The task —
Would you filter these records and copy every line that has the word "Rectangle"?

-- Given data follows --

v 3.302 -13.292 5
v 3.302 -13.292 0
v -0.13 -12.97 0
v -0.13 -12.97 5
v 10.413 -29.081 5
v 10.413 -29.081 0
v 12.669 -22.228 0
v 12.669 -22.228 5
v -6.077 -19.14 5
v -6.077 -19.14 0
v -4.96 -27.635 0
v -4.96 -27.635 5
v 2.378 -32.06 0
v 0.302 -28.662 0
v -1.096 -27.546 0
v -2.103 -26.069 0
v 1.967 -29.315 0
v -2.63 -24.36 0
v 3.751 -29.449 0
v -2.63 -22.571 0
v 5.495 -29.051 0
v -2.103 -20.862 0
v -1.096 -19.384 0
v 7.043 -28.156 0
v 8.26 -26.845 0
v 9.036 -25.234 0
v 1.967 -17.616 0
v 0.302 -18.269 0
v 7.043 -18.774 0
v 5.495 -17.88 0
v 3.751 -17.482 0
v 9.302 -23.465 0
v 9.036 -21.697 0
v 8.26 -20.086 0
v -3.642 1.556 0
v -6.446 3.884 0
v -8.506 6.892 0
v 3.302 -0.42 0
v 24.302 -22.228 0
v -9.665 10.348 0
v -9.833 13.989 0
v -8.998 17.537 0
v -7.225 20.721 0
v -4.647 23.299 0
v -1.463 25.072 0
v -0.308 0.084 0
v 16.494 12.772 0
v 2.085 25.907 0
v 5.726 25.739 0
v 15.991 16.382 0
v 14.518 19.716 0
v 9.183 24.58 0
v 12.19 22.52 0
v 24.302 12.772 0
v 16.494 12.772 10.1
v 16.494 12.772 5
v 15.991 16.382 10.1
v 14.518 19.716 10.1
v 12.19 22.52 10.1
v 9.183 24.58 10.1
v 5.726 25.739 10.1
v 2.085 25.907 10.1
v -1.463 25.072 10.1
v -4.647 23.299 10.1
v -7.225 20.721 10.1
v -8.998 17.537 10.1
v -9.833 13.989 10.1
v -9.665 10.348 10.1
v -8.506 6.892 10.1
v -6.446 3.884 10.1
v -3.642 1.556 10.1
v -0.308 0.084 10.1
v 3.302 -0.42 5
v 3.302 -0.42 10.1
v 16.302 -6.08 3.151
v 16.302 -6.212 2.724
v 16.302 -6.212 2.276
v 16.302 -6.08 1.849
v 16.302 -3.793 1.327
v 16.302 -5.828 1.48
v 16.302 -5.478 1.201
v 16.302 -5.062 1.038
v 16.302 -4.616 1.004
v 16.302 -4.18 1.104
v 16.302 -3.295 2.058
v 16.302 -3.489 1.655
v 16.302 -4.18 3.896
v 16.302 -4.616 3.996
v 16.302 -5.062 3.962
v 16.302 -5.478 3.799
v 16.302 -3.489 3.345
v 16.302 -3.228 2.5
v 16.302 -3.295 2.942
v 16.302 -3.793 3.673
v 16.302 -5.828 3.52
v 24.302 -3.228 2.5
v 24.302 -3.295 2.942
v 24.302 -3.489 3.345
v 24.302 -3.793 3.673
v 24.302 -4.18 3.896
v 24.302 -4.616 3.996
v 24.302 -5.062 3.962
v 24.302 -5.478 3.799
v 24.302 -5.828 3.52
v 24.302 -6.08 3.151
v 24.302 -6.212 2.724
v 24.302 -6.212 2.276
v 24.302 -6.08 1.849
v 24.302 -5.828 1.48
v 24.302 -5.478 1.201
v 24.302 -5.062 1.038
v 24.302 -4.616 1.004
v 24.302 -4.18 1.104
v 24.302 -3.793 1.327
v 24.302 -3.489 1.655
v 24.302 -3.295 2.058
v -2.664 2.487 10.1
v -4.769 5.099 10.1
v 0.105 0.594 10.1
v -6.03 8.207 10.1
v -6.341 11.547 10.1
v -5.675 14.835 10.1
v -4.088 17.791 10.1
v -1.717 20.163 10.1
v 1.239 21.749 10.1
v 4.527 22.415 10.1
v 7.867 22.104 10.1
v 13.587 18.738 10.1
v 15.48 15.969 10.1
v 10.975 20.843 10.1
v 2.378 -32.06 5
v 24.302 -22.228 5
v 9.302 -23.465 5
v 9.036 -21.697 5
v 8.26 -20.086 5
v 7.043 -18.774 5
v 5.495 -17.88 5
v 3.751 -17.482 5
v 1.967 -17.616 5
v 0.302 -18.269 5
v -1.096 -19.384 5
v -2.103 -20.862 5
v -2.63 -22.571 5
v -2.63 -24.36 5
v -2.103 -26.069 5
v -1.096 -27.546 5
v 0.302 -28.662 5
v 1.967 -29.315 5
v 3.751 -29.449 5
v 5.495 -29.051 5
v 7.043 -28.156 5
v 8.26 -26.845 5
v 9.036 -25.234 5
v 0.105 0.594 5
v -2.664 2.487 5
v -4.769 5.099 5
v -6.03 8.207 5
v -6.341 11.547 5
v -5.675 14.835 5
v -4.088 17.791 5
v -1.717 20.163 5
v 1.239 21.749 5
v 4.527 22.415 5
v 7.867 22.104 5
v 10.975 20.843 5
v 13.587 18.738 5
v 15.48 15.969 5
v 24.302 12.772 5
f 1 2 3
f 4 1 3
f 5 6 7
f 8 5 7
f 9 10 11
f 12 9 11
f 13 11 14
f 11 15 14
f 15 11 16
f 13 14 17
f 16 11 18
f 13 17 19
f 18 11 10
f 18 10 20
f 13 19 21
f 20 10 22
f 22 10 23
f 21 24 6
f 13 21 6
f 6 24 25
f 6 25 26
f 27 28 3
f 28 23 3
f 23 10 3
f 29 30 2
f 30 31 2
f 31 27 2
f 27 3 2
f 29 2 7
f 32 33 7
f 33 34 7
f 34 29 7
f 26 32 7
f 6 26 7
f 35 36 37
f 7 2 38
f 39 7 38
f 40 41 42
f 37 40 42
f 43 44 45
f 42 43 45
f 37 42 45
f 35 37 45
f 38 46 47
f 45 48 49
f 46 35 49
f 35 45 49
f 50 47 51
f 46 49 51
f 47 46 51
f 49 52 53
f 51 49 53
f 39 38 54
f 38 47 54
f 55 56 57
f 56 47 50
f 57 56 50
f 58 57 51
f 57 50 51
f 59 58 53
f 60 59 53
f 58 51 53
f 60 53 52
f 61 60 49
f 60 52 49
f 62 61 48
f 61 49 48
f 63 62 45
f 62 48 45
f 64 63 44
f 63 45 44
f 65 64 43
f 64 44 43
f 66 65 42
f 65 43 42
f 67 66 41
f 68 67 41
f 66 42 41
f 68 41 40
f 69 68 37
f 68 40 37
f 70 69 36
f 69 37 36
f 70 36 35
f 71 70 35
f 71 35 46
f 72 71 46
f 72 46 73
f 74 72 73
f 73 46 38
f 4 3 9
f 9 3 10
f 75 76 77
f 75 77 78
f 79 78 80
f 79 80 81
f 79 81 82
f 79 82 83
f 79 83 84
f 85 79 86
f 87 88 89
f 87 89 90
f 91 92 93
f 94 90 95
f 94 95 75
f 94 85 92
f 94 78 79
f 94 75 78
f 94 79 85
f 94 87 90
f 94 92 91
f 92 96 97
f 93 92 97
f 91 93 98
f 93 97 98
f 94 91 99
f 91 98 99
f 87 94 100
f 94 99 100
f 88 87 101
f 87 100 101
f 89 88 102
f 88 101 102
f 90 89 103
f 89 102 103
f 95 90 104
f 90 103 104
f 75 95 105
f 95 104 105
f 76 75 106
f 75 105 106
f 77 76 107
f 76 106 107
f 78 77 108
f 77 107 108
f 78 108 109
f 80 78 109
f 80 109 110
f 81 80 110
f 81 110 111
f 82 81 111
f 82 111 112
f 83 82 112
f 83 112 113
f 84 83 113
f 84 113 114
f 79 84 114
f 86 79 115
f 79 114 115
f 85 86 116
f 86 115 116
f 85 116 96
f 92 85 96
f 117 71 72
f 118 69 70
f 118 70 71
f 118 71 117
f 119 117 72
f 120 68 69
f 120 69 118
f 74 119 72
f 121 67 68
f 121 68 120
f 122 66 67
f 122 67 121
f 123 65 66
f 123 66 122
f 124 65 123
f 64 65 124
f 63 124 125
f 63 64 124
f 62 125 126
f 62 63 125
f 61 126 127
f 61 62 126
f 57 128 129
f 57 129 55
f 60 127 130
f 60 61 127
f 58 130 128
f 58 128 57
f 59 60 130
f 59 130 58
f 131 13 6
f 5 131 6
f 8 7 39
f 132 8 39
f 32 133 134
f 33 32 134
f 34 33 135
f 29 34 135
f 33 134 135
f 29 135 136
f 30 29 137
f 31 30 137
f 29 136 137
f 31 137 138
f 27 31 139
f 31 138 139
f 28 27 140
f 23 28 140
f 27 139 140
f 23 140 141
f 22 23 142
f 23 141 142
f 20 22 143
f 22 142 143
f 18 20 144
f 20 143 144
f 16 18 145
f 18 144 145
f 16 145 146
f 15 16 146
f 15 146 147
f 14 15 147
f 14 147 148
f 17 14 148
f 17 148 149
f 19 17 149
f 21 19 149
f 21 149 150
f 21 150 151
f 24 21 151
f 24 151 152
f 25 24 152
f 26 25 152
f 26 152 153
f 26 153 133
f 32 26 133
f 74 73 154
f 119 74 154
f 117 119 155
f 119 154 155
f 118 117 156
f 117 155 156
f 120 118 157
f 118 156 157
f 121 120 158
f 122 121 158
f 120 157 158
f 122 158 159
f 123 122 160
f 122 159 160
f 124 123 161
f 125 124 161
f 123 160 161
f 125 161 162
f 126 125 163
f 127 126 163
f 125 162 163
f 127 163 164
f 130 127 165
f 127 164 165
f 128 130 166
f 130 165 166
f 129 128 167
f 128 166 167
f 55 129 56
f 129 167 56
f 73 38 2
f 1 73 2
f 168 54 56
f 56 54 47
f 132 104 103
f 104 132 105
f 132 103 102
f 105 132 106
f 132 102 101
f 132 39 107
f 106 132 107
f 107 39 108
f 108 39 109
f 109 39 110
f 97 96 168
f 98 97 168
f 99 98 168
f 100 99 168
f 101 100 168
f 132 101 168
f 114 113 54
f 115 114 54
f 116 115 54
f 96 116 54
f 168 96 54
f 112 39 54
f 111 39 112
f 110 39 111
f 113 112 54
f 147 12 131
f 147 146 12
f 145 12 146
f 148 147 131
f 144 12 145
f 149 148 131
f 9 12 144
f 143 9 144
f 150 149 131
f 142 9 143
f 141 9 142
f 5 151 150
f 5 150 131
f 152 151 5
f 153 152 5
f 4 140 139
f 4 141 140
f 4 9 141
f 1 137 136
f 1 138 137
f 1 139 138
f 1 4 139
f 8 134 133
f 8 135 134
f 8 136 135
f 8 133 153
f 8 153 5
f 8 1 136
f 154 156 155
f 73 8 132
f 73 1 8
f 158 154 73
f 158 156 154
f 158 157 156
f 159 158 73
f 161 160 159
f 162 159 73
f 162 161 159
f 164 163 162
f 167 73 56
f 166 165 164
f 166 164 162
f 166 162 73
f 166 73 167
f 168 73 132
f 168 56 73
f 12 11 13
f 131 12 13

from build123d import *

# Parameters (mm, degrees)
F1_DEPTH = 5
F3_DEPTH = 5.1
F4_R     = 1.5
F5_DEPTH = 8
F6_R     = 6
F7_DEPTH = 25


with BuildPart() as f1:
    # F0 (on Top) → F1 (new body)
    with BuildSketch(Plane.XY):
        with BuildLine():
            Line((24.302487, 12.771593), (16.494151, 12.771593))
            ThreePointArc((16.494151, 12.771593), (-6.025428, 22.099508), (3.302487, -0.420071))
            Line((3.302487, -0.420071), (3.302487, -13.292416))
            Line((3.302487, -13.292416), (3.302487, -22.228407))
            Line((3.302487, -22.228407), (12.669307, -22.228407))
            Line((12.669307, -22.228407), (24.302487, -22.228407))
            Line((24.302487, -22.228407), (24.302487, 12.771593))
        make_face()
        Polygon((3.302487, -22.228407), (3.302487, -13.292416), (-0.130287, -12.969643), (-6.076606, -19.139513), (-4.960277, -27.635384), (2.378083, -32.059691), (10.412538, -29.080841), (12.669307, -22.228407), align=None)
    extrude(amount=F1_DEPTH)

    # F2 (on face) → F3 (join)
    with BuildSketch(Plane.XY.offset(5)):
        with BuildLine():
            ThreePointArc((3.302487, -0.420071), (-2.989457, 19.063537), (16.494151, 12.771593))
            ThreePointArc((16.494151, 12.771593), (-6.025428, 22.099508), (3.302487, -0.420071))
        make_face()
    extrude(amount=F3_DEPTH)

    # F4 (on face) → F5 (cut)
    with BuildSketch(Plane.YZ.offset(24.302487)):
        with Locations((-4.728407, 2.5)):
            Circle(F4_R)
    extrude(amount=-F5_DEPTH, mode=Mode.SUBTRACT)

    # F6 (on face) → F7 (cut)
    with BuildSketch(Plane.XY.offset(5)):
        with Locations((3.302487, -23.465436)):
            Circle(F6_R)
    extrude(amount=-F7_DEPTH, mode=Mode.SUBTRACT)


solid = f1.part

-- Given data concluded --
-- Given data follows --

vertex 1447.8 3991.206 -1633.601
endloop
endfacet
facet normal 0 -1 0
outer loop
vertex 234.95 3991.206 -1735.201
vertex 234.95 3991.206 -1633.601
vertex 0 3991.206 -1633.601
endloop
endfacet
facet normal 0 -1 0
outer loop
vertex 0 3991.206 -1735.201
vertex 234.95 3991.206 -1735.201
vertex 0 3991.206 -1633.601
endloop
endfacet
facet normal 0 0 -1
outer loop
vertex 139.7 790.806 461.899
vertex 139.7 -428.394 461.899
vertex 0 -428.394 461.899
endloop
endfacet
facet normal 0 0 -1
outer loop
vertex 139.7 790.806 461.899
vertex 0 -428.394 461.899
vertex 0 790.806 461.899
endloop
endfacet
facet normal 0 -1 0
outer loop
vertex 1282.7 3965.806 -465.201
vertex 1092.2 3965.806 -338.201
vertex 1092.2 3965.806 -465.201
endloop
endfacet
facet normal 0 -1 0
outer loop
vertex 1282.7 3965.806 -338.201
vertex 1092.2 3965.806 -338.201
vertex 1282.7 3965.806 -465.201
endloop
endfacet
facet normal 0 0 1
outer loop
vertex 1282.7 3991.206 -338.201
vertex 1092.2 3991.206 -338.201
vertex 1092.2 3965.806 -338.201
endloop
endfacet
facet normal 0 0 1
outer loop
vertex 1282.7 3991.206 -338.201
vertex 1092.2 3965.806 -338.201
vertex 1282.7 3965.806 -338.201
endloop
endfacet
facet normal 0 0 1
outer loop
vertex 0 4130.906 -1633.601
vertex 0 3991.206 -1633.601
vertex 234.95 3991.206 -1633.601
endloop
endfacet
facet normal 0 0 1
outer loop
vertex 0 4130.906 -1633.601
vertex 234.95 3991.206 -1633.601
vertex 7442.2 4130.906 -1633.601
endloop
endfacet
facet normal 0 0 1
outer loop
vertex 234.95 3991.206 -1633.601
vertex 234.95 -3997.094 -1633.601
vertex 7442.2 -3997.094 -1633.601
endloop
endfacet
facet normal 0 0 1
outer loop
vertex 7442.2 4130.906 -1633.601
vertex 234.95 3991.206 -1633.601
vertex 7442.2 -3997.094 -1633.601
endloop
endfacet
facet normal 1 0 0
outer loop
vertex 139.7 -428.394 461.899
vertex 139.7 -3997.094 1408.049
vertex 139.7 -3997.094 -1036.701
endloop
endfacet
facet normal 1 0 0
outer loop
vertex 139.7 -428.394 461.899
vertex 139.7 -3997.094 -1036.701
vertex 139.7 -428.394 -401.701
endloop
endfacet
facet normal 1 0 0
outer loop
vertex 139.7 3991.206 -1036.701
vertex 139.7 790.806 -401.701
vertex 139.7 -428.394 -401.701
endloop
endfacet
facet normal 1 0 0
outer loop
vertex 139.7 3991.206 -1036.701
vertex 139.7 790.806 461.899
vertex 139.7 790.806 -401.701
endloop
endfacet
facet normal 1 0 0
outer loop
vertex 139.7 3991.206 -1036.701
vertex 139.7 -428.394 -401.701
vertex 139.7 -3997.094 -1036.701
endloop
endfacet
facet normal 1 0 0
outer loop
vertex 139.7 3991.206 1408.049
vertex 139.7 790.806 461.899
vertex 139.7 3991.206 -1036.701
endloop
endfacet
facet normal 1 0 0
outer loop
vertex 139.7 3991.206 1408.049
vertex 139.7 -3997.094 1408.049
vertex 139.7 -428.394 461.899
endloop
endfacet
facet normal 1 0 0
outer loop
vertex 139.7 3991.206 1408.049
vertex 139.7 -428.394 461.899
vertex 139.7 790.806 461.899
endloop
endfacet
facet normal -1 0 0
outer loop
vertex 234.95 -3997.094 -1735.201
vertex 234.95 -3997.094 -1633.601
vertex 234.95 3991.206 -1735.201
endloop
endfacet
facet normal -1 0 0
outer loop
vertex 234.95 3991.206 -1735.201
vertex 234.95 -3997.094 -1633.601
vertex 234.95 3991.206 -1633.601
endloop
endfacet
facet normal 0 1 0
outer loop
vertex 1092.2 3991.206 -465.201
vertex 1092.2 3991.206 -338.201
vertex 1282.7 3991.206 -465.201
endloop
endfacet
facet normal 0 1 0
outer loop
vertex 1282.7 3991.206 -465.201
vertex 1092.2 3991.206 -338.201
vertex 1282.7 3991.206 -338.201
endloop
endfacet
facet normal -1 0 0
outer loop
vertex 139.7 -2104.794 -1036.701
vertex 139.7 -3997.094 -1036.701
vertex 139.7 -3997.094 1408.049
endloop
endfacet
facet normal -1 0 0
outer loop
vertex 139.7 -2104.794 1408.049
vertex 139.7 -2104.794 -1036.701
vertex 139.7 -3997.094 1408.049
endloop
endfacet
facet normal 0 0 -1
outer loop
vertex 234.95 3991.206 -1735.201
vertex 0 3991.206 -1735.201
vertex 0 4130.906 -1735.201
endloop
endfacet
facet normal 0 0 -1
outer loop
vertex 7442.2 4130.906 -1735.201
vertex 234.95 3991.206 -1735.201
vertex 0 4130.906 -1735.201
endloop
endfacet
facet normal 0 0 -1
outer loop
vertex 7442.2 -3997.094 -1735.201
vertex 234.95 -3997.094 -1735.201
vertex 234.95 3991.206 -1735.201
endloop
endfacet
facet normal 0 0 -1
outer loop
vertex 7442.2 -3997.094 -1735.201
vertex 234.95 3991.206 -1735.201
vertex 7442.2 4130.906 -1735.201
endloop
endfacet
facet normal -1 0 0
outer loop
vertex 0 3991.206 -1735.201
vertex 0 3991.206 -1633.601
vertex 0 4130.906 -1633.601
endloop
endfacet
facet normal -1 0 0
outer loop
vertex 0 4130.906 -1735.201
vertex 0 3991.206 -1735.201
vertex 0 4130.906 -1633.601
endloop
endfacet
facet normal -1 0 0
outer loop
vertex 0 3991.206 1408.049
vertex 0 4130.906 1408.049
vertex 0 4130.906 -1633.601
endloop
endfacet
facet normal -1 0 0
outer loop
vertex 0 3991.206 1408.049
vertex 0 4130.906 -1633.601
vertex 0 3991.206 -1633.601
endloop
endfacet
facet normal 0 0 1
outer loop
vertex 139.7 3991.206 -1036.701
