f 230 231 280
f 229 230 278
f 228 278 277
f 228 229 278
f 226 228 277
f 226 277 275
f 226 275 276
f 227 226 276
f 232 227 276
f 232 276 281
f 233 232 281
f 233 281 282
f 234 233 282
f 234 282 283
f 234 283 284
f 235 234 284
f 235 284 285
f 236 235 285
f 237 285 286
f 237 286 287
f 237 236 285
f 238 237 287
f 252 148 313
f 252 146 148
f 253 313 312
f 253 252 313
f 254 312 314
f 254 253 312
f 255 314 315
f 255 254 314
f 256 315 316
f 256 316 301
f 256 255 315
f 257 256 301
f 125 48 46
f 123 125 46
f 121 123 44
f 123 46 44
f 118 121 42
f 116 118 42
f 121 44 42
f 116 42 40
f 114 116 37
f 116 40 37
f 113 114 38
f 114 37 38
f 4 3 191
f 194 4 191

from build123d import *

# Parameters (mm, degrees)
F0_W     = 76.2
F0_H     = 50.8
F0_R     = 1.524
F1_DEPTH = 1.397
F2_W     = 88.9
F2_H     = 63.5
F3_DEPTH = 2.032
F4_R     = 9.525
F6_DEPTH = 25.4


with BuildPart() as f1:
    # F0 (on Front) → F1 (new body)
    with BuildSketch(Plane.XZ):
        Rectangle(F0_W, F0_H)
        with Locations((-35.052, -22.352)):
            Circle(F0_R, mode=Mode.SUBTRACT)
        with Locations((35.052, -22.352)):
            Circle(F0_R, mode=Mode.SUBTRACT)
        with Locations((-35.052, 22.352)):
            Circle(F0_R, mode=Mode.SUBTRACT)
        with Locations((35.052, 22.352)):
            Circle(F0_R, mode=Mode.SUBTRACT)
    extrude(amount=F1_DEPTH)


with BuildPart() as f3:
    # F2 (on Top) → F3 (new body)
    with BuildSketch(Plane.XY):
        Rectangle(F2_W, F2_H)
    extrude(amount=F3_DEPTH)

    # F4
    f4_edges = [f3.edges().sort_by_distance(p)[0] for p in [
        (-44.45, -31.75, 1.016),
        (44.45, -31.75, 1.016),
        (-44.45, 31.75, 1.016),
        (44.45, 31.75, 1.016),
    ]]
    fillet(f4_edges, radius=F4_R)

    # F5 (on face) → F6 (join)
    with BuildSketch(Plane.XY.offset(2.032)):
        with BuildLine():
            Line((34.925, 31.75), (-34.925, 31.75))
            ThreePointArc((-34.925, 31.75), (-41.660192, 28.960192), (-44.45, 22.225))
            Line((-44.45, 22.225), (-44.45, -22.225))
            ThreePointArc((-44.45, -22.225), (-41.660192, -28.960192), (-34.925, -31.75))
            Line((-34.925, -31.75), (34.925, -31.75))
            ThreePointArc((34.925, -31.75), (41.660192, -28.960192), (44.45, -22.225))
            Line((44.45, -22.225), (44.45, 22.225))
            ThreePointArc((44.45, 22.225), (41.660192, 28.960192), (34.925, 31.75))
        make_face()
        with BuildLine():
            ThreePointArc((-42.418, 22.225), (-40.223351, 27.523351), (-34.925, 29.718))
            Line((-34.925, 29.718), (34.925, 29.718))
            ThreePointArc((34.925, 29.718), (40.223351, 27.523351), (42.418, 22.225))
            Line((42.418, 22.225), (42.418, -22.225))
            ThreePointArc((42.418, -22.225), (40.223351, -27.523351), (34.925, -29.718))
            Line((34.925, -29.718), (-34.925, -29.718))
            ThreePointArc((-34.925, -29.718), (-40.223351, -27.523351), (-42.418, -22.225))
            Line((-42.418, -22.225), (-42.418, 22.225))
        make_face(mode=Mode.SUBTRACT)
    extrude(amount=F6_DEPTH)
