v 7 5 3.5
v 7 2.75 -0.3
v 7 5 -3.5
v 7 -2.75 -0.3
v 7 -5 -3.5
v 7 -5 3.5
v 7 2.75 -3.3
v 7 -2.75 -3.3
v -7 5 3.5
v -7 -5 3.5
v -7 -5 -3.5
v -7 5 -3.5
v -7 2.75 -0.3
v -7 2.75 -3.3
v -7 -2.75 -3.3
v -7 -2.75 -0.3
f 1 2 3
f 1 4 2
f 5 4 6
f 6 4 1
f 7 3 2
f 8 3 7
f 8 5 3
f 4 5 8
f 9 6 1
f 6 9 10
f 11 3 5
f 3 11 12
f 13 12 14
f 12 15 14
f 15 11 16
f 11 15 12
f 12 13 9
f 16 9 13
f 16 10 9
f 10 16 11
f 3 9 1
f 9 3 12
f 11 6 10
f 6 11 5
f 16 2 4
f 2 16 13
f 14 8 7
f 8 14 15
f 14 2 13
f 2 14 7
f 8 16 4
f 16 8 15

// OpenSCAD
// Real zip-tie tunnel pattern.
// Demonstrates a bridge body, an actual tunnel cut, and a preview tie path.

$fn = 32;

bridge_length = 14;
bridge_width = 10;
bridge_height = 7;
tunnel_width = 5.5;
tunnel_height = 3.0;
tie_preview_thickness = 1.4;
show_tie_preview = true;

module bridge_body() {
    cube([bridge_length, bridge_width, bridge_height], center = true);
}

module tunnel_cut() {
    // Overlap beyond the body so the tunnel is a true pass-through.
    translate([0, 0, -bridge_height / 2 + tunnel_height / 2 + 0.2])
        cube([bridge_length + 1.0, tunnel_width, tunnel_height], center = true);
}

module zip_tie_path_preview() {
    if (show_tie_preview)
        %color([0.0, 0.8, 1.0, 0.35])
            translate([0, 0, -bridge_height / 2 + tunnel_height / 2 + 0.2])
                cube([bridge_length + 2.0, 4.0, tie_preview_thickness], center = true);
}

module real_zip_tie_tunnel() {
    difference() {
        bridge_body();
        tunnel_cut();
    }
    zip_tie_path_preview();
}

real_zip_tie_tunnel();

-- Given data concluded --

Answer to the problem —
        Rectangle(F0_W, F0_H)
        Rectangle(F2_W, F2_H)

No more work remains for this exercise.